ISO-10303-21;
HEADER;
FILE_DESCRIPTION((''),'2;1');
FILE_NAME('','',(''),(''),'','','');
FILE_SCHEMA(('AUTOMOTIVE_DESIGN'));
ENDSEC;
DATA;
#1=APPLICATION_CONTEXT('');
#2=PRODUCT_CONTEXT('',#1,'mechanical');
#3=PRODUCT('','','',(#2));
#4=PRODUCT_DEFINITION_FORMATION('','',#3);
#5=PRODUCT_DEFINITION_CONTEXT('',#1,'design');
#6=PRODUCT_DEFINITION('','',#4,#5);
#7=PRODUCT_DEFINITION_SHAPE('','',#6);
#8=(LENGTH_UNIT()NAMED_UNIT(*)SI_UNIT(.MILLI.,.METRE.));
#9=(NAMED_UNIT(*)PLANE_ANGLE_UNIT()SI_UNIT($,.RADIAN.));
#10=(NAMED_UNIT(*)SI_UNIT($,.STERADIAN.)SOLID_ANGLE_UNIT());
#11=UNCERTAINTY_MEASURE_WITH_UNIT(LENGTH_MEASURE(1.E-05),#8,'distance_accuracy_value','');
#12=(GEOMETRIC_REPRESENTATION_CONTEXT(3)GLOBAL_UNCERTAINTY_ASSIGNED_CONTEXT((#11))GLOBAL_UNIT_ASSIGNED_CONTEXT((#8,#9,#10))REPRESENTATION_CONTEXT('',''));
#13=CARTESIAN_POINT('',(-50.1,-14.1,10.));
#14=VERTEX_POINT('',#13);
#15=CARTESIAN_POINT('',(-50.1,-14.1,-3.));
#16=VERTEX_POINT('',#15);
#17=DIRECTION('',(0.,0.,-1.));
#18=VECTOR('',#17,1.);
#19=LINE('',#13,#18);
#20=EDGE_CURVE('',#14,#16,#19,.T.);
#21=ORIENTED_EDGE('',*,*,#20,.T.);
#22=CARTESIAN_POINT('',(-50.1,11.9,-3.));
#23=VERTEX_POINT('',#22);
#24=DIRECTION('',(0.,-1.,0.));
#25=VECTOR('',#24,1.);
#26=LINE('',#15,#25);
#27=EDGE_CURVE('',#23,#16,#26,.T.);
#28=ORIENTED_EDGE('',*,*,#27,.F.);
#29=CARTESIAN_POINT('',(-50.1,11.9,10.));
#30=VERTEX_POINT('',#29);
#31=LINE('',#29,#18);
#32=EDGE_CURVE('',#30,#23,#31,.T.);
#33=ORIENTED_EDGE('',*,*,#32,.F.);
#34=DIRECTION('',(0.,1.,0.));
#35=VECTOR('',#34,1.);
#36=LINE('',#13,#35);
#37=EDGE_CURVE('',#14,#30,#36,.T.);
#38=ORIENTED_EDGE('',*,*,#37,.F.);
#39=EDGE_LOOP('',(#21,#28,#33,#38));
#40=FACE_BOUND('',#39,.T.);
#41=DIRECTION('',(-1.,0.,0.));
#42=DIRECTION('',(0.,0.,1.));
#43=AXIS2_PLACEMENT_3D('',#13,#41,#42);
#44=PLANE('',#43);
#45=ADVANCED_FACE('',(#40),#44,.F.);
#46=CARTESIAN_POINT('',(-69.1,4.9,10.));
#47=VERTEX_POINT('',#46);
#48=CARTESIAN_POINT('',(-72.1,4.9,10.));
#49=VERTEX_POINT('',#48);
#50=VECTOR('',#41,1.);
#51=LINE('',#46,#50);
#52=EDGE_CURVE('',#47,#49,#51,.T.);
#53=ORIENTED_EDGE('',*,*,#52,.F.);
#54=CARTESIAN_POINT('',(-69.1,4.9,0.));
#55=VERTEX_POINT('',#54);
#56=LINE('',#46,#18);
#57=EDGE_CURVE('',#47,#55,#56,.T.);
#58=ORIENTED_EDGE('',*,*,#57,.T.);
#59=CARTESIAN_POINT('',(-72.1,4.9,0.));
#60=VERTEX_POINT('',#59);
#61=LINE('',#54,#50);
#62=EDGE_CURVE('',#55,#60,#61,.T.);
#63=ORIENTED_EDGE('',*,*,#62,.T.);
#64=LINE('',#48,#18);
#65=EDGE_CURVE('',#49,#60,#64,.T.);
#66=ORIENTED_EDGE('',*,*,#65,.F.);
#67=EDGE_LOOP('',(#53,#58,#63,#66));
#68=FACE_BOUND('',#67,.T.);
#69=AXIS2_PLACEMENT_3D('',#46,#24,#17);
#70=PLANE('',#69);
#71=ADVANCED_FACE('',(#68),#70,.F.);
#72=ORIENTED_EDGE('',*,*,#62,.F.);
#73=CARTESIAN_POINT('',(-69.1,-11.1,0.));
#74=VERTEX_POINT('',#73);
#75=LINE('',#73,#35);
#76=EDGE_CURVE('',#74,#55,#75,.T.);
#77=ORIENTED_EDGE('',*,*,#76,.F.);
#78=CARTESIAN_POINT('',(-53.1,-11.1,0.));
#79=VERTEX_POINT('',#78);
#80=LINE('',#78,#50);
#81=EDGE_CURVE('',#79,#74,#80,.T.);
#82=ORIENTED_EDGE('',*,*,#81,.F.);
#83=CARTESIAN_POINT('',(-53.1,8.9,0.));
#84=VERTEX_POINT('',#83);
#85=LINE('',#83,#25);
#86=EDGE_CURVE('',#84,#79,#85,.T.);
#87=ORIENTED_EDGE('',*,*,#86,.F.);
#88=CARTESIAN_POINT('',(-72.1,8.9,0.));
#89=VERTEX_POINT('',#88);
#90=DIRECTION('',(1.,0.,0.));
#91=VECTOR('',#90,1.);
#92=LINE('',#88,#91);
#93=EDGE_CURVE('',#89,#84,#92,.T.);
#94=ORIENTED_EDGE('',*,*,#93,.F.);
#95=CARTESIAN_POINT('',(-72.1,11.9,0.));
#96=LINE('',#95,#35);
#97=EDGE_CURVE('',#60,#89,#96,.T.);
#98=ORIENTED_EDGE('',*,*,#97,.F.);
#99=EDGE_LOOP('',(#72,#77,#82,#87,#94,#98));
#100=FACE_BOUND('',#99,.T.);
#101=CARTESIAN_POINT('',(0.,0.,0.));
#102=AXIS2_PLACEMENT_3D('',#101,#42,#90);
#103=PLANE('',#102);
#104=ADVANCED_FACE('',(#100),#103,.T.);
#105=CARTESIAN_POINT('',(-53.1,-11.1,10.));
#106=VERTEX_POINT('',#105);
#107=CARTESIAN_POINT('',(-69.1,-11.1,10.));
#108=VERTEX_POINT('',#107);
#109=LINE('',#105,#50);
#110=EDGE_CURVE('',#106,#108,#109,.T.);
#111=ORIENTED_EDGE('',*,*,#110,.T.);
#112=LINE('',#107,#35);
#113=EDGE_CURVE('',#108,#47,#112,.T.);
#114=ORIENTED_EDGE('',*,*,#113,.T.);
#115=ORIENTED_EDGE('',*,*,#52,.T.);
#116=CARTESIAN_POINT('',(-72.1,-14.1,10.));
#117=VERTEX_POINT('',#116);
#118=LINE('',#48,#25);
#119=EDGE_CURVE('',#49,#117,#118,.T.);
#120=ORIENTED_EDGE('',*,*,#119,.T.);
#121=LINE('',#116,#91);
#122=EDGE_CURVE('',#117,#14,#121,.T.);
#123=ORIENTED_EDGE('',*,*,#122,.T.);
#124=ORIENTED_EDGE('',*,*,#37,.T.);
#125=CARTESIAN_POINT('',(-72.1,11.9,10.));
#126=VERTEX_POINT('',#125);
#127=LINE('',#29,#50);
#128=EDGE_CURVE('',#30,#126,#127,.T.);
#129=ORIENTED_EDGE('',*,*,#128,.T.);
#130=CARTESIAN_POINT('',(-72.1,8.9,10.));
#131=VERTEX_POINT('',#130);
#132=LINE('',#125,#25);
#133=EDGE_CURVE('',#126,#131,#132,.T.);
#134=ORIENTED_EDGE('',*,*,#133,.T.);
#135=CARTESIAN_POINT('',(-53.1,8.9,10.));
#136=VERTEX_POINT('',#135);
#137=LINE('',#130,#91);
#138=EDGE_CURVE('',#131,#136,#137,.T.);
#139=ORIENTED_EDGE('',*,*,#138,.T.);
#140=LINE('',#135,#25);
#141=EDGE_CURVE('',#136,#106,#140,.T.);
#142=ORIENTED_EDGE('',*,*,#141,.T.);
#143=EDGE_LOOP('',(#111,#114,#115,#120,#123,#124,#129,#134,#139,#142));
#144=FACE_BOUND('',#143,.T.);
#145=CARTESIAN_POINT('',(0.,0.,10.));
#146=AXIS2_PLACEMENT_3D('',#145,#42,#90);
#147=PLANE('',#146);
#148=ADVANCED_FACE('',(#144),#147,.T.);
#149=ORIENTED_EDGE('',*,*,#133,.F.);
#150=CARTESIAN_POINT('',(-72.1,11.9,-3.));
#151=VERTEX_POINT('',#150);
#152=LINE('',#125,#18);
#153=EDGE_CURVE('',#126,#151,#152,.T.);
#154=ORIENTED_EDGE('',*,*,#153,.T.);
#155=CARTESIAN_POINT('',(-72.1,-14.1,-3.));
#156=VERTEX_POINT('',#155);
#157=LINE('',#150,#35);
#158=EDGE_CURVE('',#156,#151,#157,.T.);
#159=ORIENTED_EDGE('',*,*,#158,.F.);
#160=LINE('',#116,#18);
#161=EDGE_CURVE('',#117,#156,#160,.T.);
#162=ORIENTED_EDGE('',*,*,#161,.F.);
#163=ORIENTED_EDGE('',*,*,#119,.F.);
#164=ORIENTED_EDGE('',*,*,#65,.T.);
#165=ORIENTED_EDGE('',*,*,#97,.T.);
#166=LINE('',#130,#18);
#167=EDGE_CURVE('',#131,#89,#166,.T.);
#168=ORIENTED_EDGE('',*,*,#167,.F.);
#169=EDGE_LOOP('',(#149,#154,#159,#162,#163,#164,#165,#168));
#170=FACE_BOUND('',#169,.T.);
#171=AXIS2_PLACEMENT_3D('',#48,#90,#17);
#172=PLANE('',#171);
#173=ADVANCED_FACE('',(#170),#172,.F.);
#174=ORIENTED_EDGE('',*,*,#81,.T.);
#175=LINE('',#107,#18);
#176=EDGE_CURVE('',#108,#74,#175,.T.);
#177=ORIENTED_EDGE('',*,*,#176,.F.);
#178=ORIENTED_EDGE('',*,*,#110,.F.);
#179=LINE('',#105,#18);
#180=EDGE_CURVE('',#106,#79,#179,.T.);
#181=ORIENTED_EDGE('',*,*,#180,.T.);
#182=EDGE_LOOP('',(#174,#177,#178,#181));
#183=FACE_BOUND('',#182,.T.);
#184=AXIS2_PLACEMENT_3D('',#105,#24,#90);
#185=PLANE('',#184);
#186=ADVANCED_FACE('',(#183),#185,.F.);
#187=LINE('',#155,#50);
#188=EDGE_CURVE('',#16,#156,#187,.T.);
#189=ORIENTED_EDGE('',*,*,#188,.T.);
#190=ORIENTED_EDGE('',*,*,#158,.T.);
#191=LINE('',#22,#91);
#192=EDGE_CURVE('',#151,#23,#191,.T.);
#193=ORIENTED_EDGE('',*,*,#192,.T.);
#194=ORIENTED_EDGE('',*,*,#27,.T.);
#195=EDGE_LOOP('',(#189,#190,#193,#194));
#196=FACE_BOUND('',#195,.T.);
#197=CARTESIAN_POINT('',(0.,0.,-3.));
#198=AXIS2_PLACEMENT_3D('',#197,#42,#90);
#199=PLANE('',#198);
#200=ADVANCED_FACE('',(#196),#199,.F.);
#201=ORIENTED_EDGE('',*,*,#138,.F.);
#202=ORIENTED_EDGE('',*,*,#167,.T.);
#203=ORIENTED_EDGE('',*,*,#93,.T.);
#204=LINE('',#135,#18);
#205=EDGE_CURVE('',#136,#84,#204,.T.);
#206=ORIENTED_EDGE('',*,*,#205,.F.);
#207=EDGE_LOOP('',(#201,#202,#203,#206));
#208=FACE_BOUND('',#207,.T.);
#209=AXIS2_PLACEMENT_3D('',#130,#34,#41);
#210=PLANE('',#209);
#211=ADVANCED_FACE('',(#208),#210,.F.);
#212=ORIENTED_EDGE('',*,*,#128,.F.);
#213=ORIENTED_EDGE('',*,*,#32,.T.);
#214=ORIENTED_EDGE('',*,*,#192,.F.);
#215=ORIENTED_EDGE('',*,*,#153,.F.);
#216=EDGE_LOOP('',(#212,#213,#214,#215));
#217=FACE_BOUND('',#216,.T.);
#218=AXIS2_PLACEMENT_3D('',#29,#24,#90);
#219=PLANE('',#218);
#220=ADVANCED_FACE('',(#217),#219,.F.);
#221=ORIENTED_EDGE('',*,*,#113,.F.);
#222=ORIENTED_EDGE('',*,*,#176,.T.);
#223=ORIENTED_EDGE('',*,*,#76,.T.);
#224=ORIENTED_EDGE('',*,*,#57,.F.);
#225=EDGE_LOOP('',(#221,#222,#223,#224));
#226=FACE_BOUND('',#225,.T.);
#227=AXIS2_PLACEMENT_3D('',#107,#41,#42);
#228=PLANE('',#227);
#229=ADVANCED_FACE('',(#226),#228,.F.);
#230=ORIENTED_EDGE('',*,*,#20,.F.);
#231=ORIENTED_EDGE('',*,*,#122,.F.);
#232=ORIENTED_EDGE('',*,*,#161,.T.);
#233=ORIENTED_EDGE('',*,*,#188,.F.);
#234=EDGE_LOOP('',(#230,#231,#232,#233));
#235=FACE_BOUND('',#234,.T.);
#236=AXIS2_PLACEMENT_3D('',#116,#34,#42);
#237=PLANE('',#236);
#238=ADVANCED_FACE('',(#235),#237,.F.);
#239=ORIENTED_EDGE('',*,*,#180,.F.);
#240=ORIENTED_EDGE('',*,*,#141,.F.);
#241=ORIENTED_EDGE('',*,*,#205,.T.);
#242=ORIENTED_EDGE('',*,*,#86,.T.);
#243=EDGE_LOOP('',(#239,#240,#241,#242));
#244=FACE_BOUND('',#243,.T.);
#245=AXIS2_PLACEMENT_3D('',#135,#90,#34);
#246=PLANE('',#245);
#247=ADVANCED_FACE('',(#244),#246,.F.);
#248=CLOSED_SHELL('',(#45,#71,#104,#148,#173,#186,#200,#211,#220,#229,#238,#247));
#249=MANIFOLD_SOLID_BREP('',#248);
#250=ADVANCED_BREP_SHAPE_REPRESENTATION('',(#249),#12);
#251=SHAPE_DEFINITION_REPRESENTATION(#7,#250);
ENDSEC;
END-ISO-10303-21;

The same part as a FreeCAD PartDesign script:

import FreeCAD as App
import Part
import Sketcher


def add_polygon(sketch, points):
    """Adds a closed chain of lines whose ends are joined by coincident constraints."""
    first, n = sketch.GeometryCount, len(points)
    for a, b in zip(points, points[1:] + points[:1]):
        sketch.addGeometry(Part.LineSegment(App.Vector(*a, 0), App.Vector(*b, 0)), False)
    for i in range(n):
        sketch.addConstraint(Sketcher.Constraint("Coincident", first + i, 2, first + (i + 1) % n, 1))

doc = App.newDocument("Part")
body = doc.addObject("PartDesign::Body", "Body")

sketch1 = doc.addObject("Sketcher::SketchObject", "Sketch")
body.addObject(sketch1)
sketch1.AttachmentSupport = (doc.XY_Plane, [""])
sketch1.MapMode = "FlatFace"
add_polygon(sketch1, [(-72.1, 8.9), (-53.1, 8.9), (-53.1, -11.1), (-69.1, -11.1), (-69.1, 4.9), (-72.1, 4.9), (-72.1, -14.1), (-50.1, -14.1), (-50.1, 11.9), (-72.1, 11.9)])
sketch1.addConstraint(Sketcher.Constraint("Horizontal", 0))
sketch1.addConstraint(Sketcher.Constraint("Vertical", 1))
sketch1.addConstraint(Sketcher.Constraint("Horizontal", 2))
sketch1.addConstraint(Sketcher.Constraint("Vertical", 3))
sketch1.addConstraint(Sketcher.Constraint("Horizontal", 4))
sketch1.addConstraint(Sketcher.Constraint("Vertical", 5))
sketch1.addConstraint(Sketcher.Constraint("Horizontal", 6))
sketch1.addConstraint(Sketcher.Constraint("Vertical", 7))
sketch1.addConstraint(Sketcher.Constraint("Horizontal", 8))
sketch1.addConstraint(Sketcher.Constraint("Vertical", 9))
sketch1.addConstraint(Sketcher.Constraint("Vertical", 5, 2, 8, 2))
sketch1.addConstraint(Sketcher.Constraint("Equal", 2, 3))
sketch1.addConstraint(Sketcher.Constraint("Equal", 0, 5))
sketch1.addConstraint(Sketcher.Constraint("Equal", 4, 9))
sketch1.addConstraint(Sketcher.Constraint("DistanceX", 0, 1, 0, 2, 19.0))
sketch1.addConstraint(Sketcher.Constraint("DistanceX", 2, 2, 2, 1, 16.0))
sketch1.addConstraint(Sketcher.Constraint("DistanceX", 6, 1, 6, 2, 22.0))
sketch1.addConstraint(Sketcher.Constraint("DistanceY", 1, 2, 1, 1, 20.0))
sketch1.addConstraint(Sketcher.Constraint("DistanceX", 0, 2, -1, 1, 53.1))
sketch1.addConstraint(Sketcher.Constraint("DistanceY", -1, 1, 0, 2, 8.9))
pad1 = doc.addObject("PartDesign::Pad", "Pad")
body.addObject(pad1)
pad1.Profile = sketch1
pad1.Length = 10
-=-=-=-=-
Take the line above containing "#200=ADVANCED_FACE('',(#196),#199,.F.);", the line containing "#214=ORIENTED_EDGE('',*,*,#192,.F.);", and all lines in between, and copy them exactly without anything else.

# Answer box
#200=ADVANCED_FACE('',(#196),#199,.F.);
#201=ORIENTED_EDGE('',*,*,#138,.F.);
#202=ORIENTED_EDGE('',*,*,#167,.T.);
#203=ORIENTED_EDGE('',*,*,#93,.T.);
#204=LINE('',#135,#18);
#205=EDGE_CURVE('',#136,#84,#204,.T.);
#206=ORIENTED_EDGE('',*,*,#205,.F.);
#207=EDGE_LOOP('',(#201,#202,#203,#206));
#208=FACE_BOUND('',#207,.T.);
#209=AXIS2_PLACEMENT_3D('',#130,#34,#41);
#210=PLANE('',#209);
#211=ADVANCED_FACE('',(#208),#210,.F.);
#212=ORIENTED_EDGE('',*,*,#128,.F.);
#213=ORIENTED_EDGE('',*,*,#32,.T.);
#214=ORIENTED_EDGE('',*,*,#192,.F.);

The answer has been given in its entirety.